[Brief]: From the first line onward, reproduce the records exactly; the final line to include is the one holding "(0, -68), align=None)".

*** Records shown ***

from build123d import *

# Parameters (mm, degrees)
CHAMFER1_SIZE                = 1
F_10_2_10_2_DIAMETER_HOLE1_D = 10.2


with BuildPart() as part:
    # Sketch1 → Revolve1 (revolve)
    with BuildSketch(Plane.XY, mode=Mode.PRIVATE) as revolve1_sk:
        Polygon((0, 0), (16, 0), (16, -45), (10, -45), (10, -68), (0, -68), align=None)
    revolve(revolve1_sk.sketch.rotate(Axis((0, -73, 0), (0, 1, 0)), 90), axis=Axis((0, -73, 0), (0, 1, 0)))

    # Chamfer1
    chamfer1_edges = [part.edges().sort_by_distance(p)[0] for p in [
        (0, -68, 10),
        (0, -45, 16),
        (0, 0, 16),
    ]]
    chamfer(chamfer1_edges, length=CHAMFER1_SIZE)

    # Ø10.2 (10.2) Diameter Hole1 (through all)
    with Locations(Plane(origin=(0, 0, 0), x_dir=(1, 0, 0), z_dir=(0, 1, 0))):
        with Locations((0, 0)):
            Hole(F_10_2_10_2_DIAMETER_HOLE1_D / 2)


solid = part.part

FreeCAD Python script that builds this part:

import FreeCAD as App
import Part
import Sketcher

V = App.Vector


def edges_at(feature, points):
    """Names of the edges that pass closest to the given points."""
    edges = feature.Shape.Edges
    near = lambda p: min(range(len(edges)), key=lambda i: edges[i].distToShape(Part.Vertex(*p))[0])
    return sorted({f"Edge{near(p) + 1}" for p in points})


def add_polygon(sketch, points):
    """Adds a closed chain of lines whose ends are joined by coincident constraints."""
    first, n = sketch.GeometryCount, len(points)
    for a, b in zip(points, points[1:] + points[:1]):
        sketch.addGeometry(Part.LineSegment(App.Vector(*a, 0), App.Vector(*b, 0)), False)
    for i in range(n):
        sketch.addConstraint(Sketcher.Constraint("Coincident", first + i, 2, first + (i + 1) % n, 1))

doc = App.newDocument("Part")
body = doc.addObject("PartDesign::Body", "Body")

# Sketch on XY plane
sketch1 = doc.addObject("Sketcher::SketchObject", "Sketch")
body.addObject(sketch1)
sketch1.AttachmentSupport = (doc.XY_Plane, [""])
sketch1.MapMode = "FlatFace"
add_polygon(sketch1, [(16, 0), (0, 0), (0, -68), (10, -68), (10, -45), (16, -45)])  # lines 0-5
sketch1.addConstraint([
    Sketcher.Constraint("Horizontal", 0),
    Sketcher.Constraint("Vertical", 1),
    Sketcher.Constraint("Horizontal", 2),
    Sketcher.Constraint("Vertical", 3),
    Sketcher.Constraint("Horizontal", 4),
    Sketcher.Constraint("Vertical", 5),
    Sketcher.Constraint("Coincident", 0, 2, -1, 1),
    Sketcher.Constraint("DistanceX", 0, 2, 0, 1, 16.0),
    Sketcher.Constraint("DistanceX", 2, 1, 2, 2, 10.0),
    Sketcher.Constraint("DistanceY", 1, 2, 1, 1, 68.0),
    Sketcher.Constraint("DistanceY", 3, 1, 3, 2, 23.0),
])
revolution = doc.addObject("PartDesign::Revolution", "Revolution")
body.addObject(revolution)
revolution.Profile = sketch1
revolution.ReferenceAxis = (sketch1, ["V_Axis"])
revolution.Angle = 360
doc.recompute()

chamfer = doc.addObject("PartDesign::Chamfer", "Chamfer")
body.addObject(chamfer)
chamfer.Base = (revolution, edges_at(revolution, [(0, -68, 10), (0, -45, 16), (0, 0, 16)]))
chamfer.Size = 1

# Sketch on XZ plane
sketch2 = doc.addObject("Sketcher::SketchObject", "Sketch001")
body.addObject(sketch2)
sketch2.AttachmentSupport = (doc.XZ_Plane, [""])
sketch2.MapMode = "FlatFace"
sketch2.addGeometry(Part.Circle(V(0, 0, 0), V(0, 0, 1), 5), False)
sketch2.addConstraint([
    Sketcher.Constraint("Coincident", 0, 3, -1, 1),
    Sketcher.Constraint("Diameter", 0, 10.2),
])
doc.recompute()
hole = doc.addObject("PartDesign::Hole", "Hole")
body.addObject(hole)
hole.Profile = sketch2
hole.ThreadType = "None"
hole.Diameter = 10.2
hole.DepthType = "ThroughAll"
hole.Reversed = True

doc.recompute()
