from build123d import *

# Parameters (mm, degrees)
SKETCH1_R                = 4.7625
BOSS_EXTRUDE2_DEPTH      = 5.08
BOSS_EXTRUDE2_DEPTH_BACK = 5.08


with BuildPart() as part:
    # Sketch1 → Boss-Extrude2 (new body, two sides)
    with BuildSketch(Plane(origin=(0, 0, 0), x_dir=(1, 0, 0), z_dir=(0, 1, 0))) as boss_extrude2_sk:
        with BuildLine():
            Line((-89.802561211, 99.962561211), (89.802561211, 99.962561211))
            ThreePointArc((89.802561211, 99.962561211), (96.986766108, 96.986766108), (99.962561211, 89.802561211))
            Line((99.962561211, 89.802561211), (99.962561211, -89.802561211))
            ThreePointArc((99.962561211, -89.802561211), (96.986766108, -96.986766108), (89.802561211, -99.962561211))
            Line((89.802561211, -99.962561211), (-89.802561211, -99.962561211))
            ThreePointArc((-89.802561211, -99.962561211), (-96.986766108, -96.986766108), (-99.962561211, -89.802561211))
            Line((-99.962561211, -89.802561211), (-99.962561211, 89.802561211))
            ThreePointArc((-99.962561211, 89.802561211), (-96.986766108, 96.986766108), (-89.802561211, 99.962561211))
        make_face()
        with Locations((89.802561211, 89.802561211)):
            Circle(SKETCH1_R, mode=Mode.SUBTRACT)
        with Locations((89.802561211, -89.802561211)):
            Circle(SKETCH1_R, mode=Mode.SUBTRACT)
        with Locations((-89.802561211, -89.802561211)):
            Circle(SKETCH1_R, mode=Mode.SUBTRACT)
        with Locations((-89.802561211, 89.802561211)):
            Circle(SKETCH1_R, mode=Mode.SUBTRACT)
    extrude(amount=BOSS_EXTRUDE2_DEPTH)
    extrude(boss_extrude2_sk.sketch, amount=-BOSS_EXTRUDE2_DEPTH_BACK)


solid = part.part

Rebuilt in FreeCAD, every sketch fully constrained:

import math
import FreeCAD as App
import Part
import Sketcher
Q = App.Units.Quantity

doc = App.newDocument("Part")
body = doc.addObject("PartDesign::Body", "Body")

sketch1 = body.newObject("Sketcher::SketchObject", "Sketch")
sketch1.AttachmentSupport = (doc.getObject("XZ_Plane"), [""])
sketch1.MapMode = "FlatFace"
sketch1.addGeometry([
    Part.LineSegment(App.Vector(89.8, -100, 0), App.Vector(-89.8, -100, 0)),
    Part.ArcOfCircle(Part.Circle(App.Vector(-89.8, -89.8, 0), App.Vector(0, 0, 1), 10.2), math.radians(180), math.radians(270)),
    Part.LineSegment(App.Vector(-100, -89.8, 0), App.Vector(-100, 89.8, 0)),
    Part.ArcOfCircle(Part.Circle(App.Vector(-89.8, 89.8, 0), App.Vector(0, 0, 1), 10.2), math.radians(90), math.radians(180)),
    Part.LineSegment(App.Vector(-89.8, 100, 0), App.Vector(89.8, 100, 0)),
    Part.ArcOfCircle(Part.Circle(App.Vector(89.8, 89.8, 0), App.Vector(0, 0, 1), 10.2), math.radians(0), math.radians(90)),
    Part.LineSegment(App.Vector(100, 89.8, 0), App.Vector(100, -89.8, 0)),
    Part.ArcOfCircle(Part.Circle(App.Vector(89.8, -89.8, 0), App.Vector(0, 0, 1), 10.2), math.radians(-90), math.radians(0)),
    Part.Circle(App.Vector(89.8, 89.8, 0), App.Vector(0, 0, 1), 4.8),
    Part.Circle(App.Vector(-89.8, 89.8, 0), App.Vector(0, 0, 1), 4.8),
    Part.Circle(App.Vector(89.8, -89.8, 0), App.Vector(0, 0, 1), 4.8),
    Part.Circle(App.Vector(-89.8, -89.8, 0), App.Vector(0, 0, 1), 4.8),
], False)
sketch1.addConstraint([
    Sketcher.Constraint("Tangent", 0, 2, 1, 2),
    Sketcher.Constraint("Tangent", 1, 1, 2, 1),
    Sketcher.Constraint("Tangent", 2, 2, 3, 2),
    Sketcher.Constraint("Tangent", 3, 1, 4, 1),
    Sketcher.Constraint("Tangent", 4, 2, 5, 2),
    Sketcher.Constraint("Tangent", 5, 1, 6, 1),
    Sketcher.Constraint("Tangent", 6, 2, 7, 2),
    Sketcher.Constraint("Tangent", 7, 1, 0, 1),
    Sketcher.Constraint("Horizontal", 0),
    Sketcher.Constraint("Vertical", 2),
    Sketcher.Constraint("Horizontal", 4),
    Sketcher.Constraint("Vertical", 6),
    Sketcher.Constraint("Coincident", 8, 3, 5, 3),
    Sketcher.Constraint("Coincident", 9, 3, 3, 3),
    Sketcher.Constraint("Coincident", 10, 3, 7, 3),
    Sketcher.Constraint("Coincident", 11, 3, 1, 3),
    Sketcher.Constraint("Equal", 1, 3),
    Sketcher.Constraint("Equal", 3, 5),
    Sketcher.Constraint("Equal", 5, 7),
    Sketcher.Constraint("Equal", 8, 9),
    Sketcher.Constraint("Equal", 9, 10),
    Sketcher.Constraint("Equal", 10, 11),
    Sketcher.Constraint("Symmetric", 1, 3, 5, 3, -1, 1),
    Sketcher.Constraint("Equal", 4, 2),
    Sketcher.Constraint("Radius", 1, Q("0.4 in")),
    Sketcher.Constraint("Diameter", 8, Q("0.375 in")),
    Sketcher.Constraint("DistanceX", 0, 2, 0, 1, Q("179.605122 mm")),
])
pad1 = body.newObject("PartDesign::Pad", "Pad")
pad1.Profile = sketch1
pad1.Type = "TwoLengths"
pad1.Length = Q("0.2 in")
pad1.Length2 = Q("0.2 in")
pad1.Reversed = True

doc.recompute()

*** End of Records shown ***

[Solution]:
from build123d import *

# Parameters (mm, degrees)
CHAMFER1_SIZE                = 1
F_10_2_10_2_DIAMETER_HOLE1_D = 10.2


with BuildPart() as part:
    # Sketch1 → Revolve1 (revolve)
    with BuildSketch(Plane.XY, mode=Mode.PRIVATE) as revolve1_sk:
        Polygon((0, 0), (16, 0), (16, -45), (10, -45), (10, -68), (0, -68), align=None)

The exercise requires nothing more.